*** Opening Available data ***
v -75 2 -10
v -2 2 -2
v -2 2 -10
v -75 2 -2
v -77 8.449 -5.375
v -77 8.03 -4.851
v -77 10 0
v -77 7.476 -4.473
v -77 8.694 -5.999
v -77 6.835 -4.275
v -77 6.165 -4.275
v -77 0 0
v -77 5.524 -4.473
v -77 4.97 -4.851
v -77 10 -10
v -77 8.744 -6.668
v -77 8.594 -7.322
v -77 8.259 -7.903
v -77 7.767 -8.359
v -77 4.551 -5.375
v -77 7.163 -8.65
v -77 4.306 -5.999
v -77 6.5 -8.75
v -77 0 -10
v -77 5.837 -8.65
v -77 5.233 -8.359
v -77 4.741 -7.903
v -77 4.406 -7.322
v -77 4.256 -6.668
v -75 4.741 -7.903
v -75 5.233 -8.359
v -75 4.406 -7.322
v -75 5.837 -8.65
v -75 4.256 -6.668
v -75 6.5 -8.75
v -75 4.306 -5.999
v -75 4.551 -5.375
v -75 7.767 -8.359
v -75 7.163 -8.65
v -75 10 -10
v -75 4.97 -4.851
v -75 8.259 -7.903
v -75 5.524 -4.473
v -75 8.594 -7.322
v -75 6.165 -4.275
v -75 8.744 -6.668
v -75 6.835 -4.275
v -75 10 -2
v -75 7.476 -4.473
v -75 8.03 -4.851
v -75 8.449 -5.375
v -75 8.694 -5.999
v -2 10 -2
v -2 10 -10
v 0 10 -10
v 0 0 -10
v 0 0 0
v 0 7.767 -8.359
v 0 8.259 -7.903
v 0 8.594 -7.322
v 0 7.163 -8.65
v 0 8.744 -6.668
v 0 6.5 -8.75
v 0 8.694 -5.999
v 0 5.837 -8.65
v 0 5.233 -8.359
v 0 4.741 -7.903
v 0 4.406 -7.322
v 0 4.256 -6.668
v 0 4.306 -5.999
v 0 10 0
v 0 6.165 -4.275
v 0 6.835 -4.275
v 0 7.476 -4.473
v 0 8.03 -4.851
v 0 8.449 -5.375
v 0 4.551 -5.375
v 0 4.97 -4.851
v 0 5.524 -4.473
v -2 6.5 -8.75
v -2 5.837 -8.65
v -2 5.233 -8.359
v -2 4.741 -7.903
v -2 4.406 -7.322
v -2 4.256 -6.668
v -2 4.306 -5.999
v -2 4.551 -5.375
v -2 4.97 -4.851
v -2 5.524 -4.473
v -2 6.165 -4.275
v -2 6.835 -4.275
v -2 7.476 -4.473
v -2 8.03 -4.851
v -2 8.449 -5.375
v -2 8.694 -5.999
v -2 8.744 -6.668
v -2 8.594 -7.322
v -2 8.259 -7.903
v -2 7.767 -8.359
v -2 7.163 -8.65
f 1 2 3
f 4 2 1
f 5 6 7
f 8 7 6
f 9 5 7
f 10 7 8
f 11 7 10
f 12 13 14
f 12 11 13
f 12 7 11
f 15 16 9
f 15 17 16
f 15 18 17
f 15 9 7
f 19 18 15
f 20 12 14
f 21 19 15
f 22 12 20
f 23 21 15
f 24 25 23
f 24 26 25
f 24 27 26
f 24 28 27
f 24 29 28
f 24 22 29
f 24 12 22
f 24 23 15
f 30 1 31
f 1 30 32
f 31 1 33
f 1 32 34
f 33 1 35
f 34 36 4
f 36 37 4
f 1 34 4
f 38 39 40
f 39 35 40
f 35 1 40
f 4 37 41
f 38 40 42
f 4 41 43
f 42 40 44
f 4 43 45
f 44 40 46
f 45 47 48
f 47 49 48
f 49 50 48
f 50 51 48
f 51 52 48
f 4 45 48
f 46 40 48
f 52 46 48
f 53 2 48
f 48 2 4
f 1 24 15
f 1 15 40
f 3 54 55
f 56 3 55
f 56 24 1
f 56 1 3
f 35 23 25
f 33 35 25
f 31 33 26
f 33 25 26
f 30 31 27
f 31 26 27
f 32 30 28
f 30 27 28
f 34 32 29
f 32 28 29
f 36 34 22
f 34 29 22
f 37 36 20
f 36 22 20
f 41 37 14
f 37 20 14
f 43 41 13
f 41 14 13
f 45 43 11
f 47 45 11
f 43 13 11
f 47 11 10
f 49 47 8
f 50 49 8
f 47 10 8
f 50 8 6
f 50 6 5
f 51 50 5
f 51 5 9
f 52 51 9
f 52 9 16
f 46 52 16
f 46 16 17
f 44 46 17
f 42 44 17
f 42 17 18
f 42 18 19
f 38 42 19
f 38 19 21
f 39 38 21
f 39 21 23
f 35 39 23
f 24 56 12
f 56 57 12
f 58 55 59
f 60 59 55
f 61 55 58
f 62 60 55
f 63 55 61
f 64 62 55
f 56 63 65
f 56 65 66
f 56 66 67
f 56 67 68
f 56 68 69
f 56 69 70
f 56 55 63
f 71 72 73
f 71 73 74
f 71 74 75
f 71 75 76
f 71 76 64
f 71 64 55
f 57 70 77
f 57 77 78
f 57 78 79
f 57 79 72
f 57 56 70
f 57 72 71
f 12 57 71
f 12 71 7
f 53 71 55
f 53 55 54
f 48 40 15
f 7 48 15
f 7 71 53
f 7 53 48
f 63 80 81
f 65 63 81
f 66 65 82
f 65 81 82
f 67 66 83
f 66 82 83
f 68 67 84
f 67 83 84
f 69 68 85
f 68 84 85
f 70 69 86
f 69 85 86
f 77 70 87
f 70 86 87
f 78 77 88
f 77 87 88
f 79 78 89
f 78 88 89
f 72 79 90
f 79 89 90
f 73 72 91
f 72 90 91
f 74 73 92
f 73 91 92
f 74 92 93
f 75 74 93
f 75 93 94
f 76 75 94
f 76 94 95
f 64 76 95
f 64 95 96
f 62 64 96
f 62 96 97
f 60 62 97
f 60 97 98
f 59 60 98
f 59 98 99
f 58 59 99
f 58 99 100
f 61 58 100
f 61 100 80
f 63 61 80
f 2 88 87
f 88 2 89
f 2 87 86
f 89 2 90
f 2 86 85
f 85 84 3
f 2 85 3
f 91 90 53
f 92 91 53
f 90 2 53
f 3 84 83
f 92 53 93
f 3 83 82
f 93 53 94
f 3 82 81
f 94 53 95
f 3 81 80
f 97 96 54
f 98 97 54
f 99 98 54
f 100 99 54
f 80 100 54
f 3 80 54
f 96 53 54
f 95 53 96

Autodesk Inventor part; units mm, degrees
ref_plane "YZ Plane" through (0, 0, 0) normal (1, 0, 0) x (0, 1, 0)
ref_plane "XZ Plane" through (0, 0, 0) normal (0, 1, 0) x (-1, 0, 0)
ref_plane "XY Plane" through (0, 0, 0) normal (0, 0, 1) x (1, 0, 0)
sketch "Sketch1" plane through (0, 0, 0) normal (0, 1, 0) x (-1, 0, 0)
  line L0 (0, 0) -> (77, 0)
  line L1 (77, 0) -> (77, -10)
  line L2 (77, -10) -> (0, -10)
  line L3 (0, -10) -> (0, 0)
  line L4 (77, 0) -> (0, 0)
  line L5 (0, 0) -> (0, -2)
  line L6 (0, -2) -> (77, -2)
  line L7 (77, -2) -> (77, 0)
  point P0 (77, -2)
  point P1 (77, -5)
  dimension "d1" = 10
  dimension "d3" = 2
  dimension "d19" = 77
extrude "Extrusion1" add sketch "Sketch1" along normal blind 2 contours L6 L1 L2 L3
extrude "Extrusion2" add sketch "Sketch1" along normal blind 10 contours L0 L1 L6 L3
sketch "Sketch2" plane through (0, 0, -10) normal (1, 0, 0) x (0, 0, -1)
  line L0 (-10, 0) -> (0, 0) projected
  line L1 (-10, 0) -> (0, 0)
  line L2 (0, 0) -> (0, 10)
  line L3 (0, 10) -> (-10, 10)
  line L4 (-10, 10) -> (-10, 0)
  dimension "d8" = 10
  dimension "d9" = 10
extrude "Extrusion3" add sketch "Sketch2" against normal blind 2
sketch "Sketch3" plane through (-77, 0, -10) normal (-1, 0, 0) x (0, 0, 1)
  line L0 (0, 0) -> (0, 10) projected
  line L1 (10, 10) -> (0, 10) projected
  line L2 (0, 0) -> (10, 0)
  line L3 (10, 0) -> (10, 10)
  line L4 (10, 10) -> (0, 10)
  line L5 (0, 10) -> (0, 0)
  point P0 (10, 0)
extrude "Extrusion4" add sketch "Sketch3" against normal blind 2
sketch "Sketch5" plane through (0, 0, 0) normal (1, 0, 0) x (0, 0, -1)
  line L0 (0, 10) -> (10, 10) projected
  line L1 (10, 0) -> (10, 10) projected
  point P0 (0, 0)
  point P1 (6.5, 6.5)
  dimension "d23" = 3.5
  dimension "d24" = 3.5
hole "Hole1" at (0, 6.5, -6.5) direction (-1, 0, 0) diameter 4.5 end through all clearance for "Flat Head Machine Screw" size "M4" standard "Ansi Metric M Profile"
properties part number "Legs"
*** Closing Available data ***
§ **Exercise details**
Which lines above run from the one containing "v -77 5.233 -8.359" down to the one containing "v -75 5.524 -4.473"? Repeat exactly those, both ends included, and nothing else.

§ **Solution to the exercise**
v -77 5.233 -8.359
v -77 4.741 -7.903
v -77 4.406 -7.322
v -77 4.256 -6.668
v -75 4.741 -7.903
v -75 5.233 -8.359
v -75 4.406 -7.322
v -75 5.837 -8.65
v -75 4.256 -6.668
v -75 6.5 -8.75
v -75 4.306 -5.999
v -75 4.551 -5.375
v -75 7.767 -8.359
v -75 7.163 -8.65
v -75 10 -10
v -75 4.97 -4.851
v -75 8.259 -7.903
v -75 5.524 -4.473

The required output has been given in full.